__Aim of the exercise__
Of the records that follow, copy only the lines from the line containing "#15=CARTESIAN_POINT('',(0.,54.,0.));" to the line containing "#48=ORIENTED_EDGE('',*,*,#47,.T.);", both included, exactly as written.
Material supplied Start Marker
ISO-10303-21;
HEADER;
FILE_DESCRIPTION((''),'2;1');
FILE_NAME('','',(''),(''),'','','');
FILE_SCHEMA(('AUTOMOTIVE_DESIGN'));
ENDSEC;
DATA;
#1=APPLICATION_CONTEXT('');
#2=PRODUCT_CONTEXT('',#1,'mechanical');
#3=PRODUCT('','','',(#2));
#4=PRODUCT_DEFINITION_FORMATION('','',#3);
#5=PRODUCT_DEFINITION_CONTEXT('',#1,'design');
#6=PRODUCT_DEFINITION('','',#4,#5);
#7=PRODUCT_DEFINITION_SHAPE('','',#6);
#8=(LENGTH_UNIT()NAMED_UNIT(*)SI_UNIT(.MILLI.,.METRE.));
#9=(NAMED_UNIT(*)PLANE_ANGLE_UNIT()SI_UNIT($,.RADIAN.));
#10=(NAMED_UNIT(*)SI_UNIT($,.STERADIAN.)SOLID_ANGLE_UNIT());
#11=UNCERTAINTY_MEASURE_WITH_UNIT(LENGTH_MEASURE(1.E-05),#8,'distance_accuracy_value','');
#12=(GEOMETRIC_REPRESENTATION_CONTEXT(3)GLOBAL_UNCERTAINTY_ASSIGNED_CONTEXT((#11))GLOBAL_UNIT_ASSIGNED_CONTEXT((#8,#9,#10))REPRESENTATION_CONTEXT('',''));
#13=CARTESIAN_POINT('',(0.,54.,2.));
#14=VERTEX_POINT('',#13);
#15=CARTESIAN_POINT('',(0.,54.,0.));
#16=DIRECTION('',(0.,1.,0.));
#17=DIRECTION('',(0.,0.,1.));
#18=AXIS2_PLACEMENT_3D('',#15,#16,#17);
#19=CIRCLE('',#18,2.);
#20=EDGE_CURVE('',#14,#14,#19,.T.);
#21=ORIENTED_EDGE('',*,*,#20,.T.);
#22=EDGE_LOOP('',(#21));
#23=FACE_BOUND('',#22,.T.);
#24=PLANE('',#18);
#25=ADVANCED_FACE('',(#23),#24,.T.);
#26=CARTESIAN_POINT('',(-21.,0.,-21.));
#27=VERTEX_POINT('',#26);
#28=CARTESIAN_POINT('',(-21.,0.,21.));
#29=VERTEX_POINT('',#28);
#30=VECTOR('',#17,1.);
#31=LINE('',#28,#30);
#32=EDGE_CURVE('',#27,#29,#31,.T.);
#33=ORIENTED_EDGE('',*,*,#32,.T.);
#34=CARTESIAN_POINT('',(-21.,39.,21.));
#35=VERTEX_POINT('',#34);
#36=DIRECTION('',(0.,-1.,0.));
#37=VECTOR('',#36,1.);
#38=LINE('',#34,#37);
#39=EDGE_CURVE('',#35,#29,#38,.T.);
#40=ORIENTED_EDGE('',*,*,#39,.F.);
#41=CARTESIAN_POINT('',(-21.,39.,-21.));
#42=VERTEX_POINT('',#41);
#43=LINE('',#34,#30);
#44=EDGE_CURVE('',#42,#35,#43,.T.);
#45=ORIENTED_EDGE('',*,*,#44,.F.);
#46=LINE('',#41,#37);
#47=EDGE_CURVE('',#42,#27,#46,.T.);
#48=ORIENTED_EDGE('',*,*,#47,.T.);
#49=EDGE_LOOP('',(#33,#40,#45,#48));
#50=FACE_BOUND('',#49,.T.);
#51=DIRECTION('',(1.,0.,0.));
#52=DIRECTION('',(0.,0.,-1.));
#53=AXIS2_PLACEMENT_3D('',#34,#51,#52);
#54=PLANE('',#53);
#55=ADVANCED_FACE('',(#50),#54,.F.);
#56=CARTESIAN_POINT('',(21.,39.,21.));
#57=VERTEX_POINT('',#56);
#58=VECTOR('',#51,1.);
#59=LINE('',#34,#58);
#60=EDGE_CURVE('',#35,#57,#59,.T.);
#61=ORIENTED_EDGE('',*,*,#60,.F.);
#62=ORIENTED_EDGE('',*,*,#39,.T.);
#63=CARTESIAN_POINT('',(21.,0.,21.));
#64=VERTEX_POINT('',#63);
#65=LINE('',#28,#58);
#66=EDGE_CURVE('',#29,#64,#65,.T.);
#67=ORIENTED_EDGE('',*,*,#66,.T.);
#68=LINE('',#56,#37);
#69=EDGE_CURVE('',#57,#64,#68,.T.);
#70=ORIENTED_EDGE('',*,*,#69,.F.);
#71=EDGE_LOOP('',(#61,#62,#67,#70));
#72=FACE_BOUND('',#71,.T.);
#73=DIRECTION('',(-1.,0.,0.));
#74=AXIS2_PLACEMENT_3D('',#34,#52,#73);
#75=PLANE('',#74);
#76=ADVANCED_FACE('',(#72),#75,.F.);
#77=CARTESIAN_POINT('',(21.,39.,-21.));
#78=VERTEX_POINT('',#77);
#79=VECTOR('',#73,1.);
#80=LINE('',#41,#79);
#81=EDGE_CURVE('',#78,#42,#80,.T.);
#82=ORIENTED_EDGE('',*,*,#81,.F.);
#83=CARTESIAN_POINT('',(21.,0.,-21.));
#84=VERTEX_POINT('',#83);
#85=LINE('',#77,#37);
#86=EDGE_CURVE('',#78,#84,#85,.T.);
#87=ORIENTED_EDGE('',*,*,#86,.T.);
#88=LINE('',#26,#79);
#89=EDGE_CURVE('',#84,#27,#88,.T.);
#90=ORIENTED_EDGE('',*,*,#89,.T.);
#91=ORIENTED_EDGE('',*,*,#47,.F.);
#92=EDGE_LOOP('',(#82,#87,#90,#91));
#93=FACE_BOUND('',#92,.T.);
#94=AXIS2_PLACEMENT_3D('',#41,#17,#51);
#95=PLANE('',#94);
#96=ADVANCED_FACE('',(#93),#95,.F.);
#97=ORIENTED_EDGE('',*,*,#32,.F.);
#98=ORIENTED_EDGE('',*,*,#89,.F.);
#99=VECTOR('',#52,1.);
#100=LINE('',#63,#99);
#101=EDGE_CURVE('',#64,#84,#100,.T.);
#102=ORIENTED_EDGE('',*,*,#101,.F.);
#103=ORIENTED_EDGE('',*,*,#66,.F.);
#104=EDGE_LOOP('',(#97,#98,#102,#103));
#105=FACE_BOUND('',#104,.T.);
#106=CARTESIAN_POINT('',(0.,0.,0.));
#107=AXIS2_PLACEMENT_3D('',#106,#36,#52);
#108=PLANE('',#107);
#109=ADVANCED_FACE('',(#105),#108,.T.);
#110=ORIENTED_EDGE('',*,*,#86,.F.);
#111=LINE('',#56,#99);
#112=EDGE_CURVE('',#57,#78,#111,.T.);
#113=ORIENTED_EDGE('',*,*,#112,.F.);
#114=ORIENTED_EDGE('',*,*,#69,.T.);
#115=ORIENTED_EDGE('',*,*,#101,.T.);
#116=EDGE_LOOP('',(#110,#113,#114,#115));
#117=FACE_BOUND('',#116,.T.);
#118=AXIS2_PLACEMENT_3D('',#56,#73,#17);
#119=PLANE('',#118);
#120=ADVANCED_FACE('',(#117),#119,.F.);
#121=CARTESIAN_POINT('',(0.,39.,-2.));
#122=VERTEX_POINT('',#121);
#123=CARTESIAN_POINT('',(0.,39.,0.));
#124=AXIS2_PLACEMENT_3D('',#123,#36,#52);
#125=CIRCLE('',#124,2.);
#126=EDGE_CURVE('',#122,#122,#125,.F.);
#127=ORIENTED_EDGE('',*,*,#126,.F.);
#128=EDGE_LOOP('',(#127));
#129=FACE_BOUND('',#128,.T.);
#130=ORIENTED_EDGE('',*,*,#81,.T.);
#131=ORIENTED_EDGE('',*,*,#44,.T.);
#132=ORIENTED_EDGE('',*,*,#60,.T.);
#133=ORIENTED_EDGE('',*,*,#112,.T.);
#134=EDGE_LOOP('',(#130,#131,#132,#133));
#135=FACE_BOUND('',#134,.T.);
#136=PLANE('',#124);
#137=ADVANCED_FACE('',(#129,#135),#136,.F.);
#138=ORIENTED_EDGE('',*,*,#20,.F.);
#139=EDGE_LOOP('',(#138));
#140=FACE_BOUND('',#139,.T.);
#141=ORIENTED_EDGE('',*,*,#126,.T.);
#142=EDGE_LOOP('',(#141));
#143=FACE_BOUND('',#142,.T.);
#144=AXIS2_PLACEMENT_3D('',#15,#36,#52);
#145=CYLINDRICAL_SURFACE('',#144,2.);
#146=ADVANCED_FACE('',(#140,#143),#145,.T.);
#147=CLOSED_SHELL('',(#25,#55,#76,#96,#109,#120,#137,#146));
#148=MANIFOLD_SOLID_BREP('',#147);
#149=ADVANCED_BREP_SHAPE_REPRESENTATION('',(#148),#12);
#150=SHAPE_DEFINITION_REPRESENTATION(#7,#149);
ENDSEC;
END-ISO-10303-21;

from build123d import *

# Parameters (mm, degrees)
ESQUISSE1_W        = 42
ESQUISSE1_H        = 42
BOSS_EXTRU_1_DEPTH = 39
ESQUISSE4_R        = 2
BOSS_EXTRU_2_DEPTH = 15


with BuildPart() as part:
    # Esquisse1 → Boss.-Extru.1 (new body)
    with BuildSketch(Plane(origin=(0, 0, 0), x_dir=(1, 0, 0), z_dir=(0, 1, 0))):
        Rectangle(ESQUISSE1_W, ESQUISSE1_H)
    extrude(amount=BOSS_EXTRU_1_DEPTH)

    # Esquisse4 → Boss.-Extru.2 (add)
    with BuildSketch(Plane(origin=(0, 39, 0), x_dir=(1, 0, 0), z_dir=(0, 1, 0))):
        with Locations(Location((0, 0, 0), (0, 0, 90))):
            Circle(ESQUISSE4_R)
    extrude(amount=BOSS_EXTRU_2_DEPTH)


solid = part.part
Material supplied End Marker
__Final answer__
#15=CARTESIAN_POINT('',(0.,54.,0.));
#16=DIRECTION('',(0.,1.,0.));
#17=DIRECTION('',(0.,0.,1.));
#18=AXIS2_PLACEMENT_3D('',#15,#16,#17);
#19=CIRCLE('',#18,2.);
#20=EDGE_CURVE('',#14,#14,#19,.T.);
#21=ORIENTED_EDGE('',*,*,#20,.T.);
#22=EDGE_LOOP('',(#21));
#23=FACE_BOUND('',#22,.T.);
#24=PLANE('',#18);
#25=ADVANCED_FACE('',(#23),#24,.T.);
#26=CARTESIAN_POINT('',(-21.,0.,-21.));
#27=VERTEX_POINT('',#26);
#28=CARTESIAN_POINT('',(-21.,0.,21.));
#29=VERTEX_POINT('',#28);
#30=VECTOR('',#17,1.);
#31=LINE('',#28,#30);
#32=EDGE_CURVE('',#27,#29,#31,.T.);
#33=ORIENTED_EDGE('',*,*,#32,.T.);
#34=CARTESIAN_POINT('',(-21.,39.,21.));
#35=VERTEX_POINT('',#34);
#36=DIRECTION('',(0.,-1.,0.));
#37=VECTOR('',#36,1.);
#38=LINE('',#34,#37);
#39=EDGE_CURVE('',#35,#29,#38,.T.);
#40=ORIENTED_EDGE('',*,*,#39,.F.);
#41=CARTESIAN_POINT('',(-21.,39.,-21.));
#42=VERTEX_POINT('',#41);
#43=LINE('',#34,#30);
#44=EDGE_CURVE('',#42,#35,#43,.T.);
#45=ORIENTED_EDGE('',*,*,#44,.F.);
#46=LINE('',#41,#37);
#47=EDGE_CURVE('',#42,#27,#46,.T.);
#48=ORIENTED_EDGE('',*,*,#47,.T.);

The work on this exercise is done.